My big reason for coon trapping down here is to help the turkey population, by thinning out the little egg raiders.  I only set two traps at a time so I don't get even three in a night, and I can pace myself.  I don't want to trap them out, I just want to keep 'em under control and give the local turkeys a better chance.  I've seen more turkeys this deer season, and am looking forward to March 1st.


----------



## Murphy (Feb 5, 2011)

fireretriever said:


> Who pays you?



Plantation owners/land owners


----------



## Dead Eye Eddy (Feb 5, 2011)

I don't have a dog in this fight since I don't coon hunt.  That said, you guys that do know better than I do.  I wish we could go back to the days before the deer limit was raised from 5 to 8 to 12.  I used to see lots of deer, but not anymore.


----------



## GA DAWG (Feb 5, 2011)

Dead Eye Eddy said:


> I don't have a dog in this fight since I don't coon hunt.  That said, you guys that do know better than I do.  I wish we could go back to the days before the deer limit was raised from 5 to 8 to 12.  I used to see lots of deer, but not anymore.


Your right!!!!!! We dont see lots of coon now up here in north Ga..We are not like the southern coon zone when it comes to population..We dont need a higher limit or trapping if they dont have a limit..Thats stupid! I'm against it!


----------



## Lil D (Feb 5, 2011)

I'm just saying, on my private drops I don't shoot the first coon but on WMA's I shoot 1 or 2 coons out.  One way I like to look at is if you shoot one tonight, that will be one less you tree tomorrow night. I live in south Georgia and going by what ya'll north Georgia coonhunters say, ya'll are thin in coons, but where I live we are not thin by no means.


----------



## Flaustin1 (Feb 5, 2011)

GA DAWG said:


> Your right!!!!!! We dont see lots of coon now up here in north Ga..We are not like the southern coon zone when it comes to population..We dont need a higher limit or trapping if they dont have a limit..Thats stupid! I'm against it!

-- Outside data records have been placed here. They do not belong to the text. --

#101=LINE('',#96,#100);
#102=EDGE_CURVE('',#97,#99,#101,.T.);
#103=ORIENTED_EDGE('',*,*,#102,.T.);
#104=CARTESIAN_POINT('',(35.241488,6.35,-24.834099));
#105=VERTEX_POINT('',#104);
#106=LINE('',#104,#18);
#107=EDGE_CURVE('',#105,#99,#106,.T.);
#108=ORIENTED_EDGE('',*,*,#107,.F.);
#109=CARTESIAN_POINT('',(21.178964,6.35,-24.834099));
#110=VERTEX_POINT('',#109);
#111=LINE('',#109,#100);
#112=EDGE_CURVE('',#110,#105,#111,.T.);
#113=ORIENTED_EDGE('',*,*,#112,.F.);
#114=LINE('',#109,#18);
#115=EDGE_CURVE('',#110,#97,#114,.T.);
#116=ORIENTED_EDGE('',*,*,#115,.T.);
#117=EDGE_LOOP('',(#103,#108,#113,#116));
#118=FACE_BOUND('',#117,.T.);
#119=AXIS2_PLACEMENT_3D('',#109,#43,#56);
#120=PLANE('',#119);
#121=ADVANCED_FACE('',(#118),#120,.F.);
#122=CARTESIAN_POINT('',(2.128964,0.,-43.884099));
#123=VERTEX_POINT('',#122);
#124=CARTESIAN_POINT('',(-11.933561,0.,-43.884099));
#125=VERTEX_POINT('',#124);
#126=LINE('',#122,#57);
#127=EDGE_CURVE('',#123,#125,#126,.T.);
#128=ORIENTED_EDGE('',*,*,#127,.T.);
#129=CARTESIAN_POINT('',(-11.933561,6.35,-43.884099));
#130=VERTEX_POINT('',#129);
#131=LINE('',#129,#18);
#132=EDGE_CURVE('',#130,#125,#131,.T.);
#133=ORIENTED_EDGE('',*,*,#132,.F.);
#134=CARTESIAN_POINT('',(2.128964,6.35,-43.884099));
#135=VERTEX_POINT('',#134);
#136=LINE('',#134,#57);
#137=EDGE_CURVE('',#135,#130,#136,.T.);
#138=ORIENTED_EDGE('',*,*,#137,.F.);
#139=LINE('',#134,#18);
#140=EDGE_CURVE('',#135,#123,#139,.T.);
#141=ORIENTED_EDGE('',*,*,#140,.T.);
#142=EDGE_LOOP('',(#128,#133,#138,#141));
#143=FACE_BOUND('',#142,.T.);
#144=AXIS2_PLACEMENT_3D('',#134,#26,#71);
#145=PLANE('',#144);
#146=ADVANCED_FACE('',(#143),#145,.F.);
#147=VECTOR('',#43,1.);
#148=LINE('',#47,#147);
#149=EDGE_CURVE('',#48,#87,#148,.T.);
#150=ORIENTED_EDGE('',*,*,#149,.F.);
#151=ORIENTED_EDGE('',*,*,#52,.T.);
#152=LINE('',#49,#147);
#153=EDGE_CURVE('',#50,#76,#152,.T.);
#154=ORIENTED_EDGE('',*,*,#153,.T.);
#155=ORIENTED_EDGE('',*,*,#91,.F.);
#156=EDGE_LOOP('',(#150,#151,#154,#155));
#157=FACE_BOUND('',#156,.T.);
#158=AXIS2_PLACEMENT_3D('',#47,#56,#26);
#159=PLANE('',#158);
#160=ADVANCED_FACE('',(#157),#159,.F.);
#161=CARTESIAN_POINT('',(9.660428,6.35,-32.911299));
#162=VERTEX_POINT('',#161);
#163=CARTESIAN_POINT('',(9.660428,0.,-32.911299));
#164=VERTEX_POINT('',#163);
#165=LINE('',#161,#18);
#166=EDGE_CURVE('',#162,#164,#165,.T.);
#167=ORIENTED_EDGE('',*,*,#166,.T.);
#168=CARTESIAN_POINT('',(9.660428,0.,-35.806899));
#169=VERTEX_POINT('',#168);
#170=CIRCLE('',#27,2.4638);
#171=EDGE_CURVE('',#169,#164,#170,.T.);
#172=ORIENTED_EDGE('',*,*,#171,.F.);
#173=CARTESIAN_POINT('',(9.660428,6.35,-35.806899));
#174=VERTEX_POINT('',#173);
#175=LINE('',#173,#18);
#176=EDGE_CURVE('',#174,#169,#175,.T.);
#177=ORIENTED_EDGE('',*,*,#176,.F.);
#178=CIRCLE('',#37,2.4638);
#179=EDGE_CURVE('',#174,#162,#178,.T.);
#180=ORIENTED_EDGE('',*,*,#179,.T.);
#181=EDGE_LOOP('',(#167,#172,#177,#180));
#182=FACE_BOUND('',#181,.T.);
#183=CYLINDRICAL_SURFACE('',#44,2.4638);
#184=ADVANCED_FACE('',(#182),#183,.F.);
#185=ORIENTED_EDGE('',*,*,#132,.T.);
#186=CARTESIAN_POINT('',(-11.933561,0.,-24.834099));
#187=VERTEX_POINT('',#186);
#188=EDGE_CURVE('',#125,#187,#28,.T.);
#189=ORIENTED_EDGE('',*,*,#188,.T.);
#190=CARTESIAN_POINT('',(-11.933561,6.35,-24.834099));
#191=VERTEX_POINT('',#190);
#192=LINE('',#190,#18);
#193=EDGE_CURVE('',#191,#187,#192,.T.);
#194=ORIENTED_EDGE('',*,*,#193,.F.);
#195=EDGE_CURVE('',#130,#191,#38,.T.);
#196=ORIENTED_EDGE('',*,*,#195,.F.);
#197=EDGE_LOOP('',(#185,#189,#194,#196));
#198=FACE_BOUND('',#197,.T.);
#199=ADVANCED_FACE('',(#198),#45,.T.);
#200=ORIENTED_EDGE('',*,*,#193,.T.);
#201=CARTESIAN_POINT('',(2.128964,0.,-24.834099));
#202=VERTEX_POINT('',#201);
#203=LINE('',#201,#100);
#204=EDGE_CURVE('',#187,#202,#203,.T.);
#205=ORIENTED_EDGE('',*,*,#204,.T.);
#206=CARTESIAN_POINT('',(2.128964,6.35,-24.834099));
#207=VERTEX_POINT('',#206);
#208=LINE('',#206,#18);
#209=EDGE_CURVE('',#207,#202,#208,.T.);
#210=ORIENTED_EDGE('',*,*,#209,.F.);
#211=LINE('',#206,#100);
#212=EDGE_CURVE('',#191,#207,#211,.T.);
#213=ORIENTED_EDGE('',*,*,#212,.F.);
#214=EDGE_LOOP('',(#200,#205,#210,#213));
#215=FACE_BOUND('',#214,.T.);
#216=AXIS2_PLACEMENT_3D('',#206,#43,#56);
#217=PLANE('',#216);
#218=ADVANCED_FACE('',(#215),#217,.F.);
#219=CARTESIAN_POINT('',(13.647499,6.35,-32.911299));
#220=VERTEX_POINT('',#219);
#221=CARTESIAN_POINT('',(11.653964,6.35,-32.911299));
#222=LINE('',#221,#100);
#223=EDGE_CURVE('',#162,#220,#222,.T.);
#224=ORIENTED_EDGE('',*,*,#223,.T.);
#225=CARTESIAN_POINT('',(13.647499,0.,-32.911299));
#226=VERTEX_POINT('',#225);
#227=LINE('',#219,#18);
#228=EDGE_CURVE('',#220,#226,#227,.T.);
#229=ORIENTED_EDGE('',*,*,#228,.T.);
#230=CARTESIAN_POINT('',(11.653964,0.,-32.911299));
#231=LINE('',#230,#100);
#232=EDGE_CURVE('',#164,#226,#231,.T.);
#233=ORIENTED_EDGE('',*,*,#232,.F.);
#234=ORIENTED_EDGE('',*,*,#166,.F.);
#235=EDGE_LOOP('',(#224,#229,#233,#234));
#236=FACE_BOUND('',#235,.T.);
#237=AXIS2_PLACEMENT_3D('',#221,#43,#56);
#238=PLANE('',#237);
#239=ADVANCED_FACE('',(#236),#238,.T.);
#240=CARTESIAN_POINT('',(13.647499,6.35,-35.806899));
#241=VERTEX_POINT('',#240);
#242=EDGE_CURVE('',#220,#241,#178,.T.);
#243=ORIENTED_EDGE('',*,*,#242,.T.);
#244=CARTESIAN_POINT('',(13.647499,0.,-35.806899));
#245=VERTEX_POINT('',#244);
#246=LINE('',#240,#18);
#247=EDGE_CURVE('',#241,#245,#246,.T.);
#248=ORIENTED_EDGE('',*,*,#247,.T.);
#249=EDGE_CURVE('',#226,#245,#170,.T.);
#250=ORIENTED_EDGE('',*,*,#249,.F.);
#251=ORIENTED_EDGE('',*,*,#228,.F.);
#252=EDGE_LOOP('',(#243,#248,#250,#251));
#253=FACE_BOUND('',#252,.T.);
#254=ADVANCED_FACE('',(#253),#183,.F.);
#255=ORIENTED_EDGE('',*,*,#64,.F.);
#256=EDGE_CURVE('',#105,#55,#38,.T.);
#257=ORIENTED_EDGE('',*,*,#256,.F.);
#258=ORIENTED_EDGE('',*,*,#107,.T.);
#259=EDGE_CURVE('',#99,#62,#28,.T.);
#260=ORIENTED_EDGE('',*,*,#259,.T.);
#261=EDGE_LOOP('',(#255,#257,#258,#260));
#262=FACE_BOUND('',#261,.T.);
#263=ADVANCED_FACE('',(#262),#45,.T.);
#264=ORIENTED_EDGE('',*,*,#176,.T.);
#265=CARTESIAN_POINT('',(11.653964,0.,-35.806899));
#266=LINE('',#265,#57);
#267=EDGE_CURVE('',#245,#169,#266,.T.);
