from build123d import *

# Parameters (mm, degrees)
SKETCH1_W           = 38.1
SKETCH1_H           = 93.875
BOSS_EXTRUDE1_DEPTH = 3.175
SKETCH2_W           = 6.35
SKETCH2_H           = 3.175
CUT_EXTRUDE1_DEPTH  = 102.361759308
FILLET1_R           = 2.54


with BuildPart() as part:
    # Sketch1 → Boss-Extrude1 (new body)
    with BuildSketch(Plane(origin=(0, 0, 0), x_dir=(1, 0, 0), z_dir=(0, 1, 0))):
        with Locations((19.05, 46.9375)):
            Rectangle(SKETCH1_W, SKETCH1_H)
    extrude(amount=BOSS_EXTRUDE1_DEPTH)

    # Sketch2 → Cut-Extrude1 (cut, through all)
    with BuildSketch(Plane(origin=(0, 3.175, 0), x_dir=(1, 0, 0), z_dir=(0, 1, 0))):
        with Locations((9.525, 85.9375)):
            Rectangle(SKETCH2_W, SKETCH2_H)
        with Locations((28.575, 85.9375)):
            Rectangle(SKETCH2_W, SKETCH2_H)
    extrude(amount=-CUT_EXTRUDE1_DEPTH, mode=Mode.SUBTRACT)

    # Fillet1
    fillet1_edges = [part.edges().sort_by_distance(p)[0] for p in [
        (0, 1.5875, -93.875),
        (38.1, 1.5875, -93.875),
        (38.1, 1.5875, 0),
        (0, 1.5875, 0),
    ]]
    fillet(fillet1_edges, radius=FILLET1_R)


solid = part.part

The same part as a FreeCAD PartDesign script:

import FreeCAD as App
import Part
import Sketcher
from FreeCAD import Vector
Q = App.Units.Quantity


def edges_at(feature, points):
    """Names of the edges that pass closest to the given points."""
    edges = feature.Shape.Edges
    near = lambda p: min(range(len(edges)), key=lambda i: edges[i].distToShape(Part.Vertex(*p))[0])
    return sorted({f"Edge{near(p) + 1}" for p in points})


def add_polygon(sketch, points):
    """Adds a closed chain of lines whose ends are joined by coincident constraints."""
    first, n = sketch.GeometryCount, len(points)
    for a, b in zip(points, points[1:] + points[:1]):
        sketch.addGeometry(Part.LineSegment(App.Vector(*a, 0), App.Vector(*b, 0)), False)
    for i in range(n):
        sketch.addConstraint(Sketcher.Constraint("Coincident", first + i, 2, first + (i + 1) % n, 1))

doc = App.newDocument("Part")
params = doc.addObject("Spreadsheet::Sheet", "Params")
for row, (alias, value) in enumerate([
    ("sketch1_width", "1.5 in"),
    ("pad1_length", "0.125 in"),
    ("sketch2_width", "0.25 in"),
    ("sketch2_height", "0.125 in"),
    ("fillet_radius", "0.1 in"),
], start=1):
    params.set(f"A{row}", alias)
    params.set(f"B{row}", "=" + value)
    params.setAlias(f"B{row}", alias)

body = doc.addObject("PartDesign::Body", "Body")

# Sketch on XZ plane
sketch1 = body.newObject("Sketcher::SketchObject", "Sketch")
sketch1.AttachmentSupport = (doc.getObject("XZ_Plane"), [""])
sketch1.MapMode = "FlatFace"
add_polygon(sketch1, [(0, -94), (0, 0), (38, 0), (38, -94)])  # lines 0-3
sketch1.addConstraint([
    Sketcher.Constraint("Vertical", 0),
    Sketcher.Constraint("Horizontal", 1),
    Sketcher.Constraint("Vertical", 2),
    Sketcher.Constraint("Horizontal", 3),
    Sketcher.Constraint("Coincident", 0, 2, -1, 1),
    Sketcher.Constraint("DistanceX", 1, 1, 1, 2, Q("1.5 in")),
    Sketcher.Constraint("DistanceY", 0, 1, 0, 2, 93.875),
])
sketch1.setExpression("Constraints[9]", "Params.sketch1_width")
pad1 = body.newObject("PartDesign::Pad", "Pad")
pad1.Profile = sketch1
pad1.setExpression("Length", "Params.pad1_length")
pad1.Reversed = True

# Sketch on XZ plane
sketch2 = body.newObject("Sketcher::SketchObject", "Sketch001")
sketch2.AttachmentSupport = (doc.getObject("XZ_Plane"), [""])
sketch2.MapMode = "FlatFace"
sketch2.AttachmentOffset = App.Placement(Vector(0, 0, -0.125 * 25.4), App.Rotation())
add_polygon(sketch2, [(6.3, -87.5), (6.3, -84.3), (12.7, -84.3), (12.7, -87.5)])  # lines 0-3
add_polygon(sketch2, [(25.4, -87.5), (25.4, -84.3), (31.8, -84.3), (31.8, -87.5)])  # lines 4-7
sketch2.addConstraint([
    Sketcher.Constraint("Vertical", 0),
    Sketcher.Constraint("Horizontal", 1),
    Sketcher.Constraint("Vertical", 2),
    Sketcher.Constraint("Horizontal", 3),
    Sketcher.Constraint("Vertical", 4),
    Sketcher.Constraint("Horizontal", 5),
    Sketcher.Constraint("Vertical", 6),
    Sketcher.Constraint("Horizontal", 7),
    Sketcher.Constraint("Horizontal", 1, 2, 4, 2),
    Sketcher.Constraint("Horizontal", 3, 2, 6, 2),
    Sketcher.Constraint("Equal", 3, 5),
    Sketcher.Constraint("DistanceX", -1, 1, 4, 2, Q("1 in")),
    Sketcher.Constraint("DistanceX", 0, 2, 5, 2, Q("1 in")),
    Sketcher.Constraint("DistanceX", 1, 1, 1, 2, Q("0.25 in")),
    Sketcher.Constraint("DistanceY", 0, 1, 0, 2, Q("0.125 in")),
    Sketcher.Constraint("DistanceY", 0, 2, -1, 1, 84.35),
])
sketch2.setExpression("Constraints[21]", "Params.sketch2_width")
sketch2.setExpression("Constraints[22]", "Params.sketch2_height")
pocket1 = body.newObject("PartDesign::Pocket", "Pocket")
pocket1.Profile = sketch2
pocket1.Type = "ThroughAll"
pocket1.Reversed = True
doc.recompute()

fillet = body.newObject("PartDesign::Fillet", "Fillet")
fillet.Base = (pocket1, edges_at(pocket1, [
    (0, 1.587, -93.875),
    (38.1, 1.587, -93.875),
    (38.1, 1.587, 0),
    (0, 1.587, 0),
]))
fillet.setExpression("Radius", "Params.fillet_radius")

doc.recompute()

Where do you coonhunt.  I live in hart co. and have been numerous times in the past and have yet to go out and not tree three or four.  Ive hunted Hart co. elbert, wilkes and franklin co.  Plenty of coons round here.


----------



## Coosawattee (Feb 6, 2011)

Well Murray,Whitfield,Walker,Gordon,Pickens,Gilmer,Fannin, Union, and Towns have thin coon populations. I know about those.


----------



## Flaustin1 (Feb 6, 2011)

Mountain counties.  Study your quarry a little and youll find out that areas such as those arent the most productive for coons anyway.  Theres not enough marsh and swamps to support a large population.  Thats why the coast and south Ga. have such a good population.  Abundance of wetlands marsh and swamp means an abundance of prey, which means an abundance of coons mink ect.  I know alot of people will argue on this but research it and youll see for yourself.


----------



## cooner (Feb 6, 2011)

if they up the limit to 3 a night we want have any coons here in north georgia. they are several folks here that if they tree 5 coons in one tree they kill all five and leave them laying in the woods. and then b*tch about not having any coons. it is crazy for a man to kill more than one coon a night, AND I DONT EVEN SHOOTS COONS ANYWHERE. THEY ARE ALREADY TO MANY HOUSES AND ROADS AND NOT ENOUGH COONS. not to mention all the people from out of state that hunt here to.


----------



## DSGB92 (Feb 6, 2011)

3 a night i believe would be way too many also, if everyone was killin limit every time they were able to the coons would thin out really quickly.


----------



## GACOONDOG (Feb 6, 2011)

Sounds good to me coons are thick as hair on a dogs back around here to many they need to be thinned out before mother nature does it for us and when that happens their want be any.The reason people thanks their are not many coons is because most of todays hounds go a mile before they start hunting they run by 10 times more coons than they tree i know i hunted them for years and thought the samething untill i bought me a mtn cur about 12 years ago and she would tree 2 to 3 layups behind my hound on the way to the hounds tree needless to say i got out of the hound bussiness.I can take my curs and hunt 20 to 30 acre patches of woods around houses and hyways and tree coons like squirrles they are plenty here just in small tight places that are to small to hunt most hounds.


----------



## GACOONDOG (Feb 6, 2011)

Flaustin1 said:


> Where do you coonhunt.  I live in hart co. and have been numerous times in the past and have yet to go out and not tree three or four.  Ive hunted Hart co. elbert, wilkes and franklin co.  Plenty of coons round here.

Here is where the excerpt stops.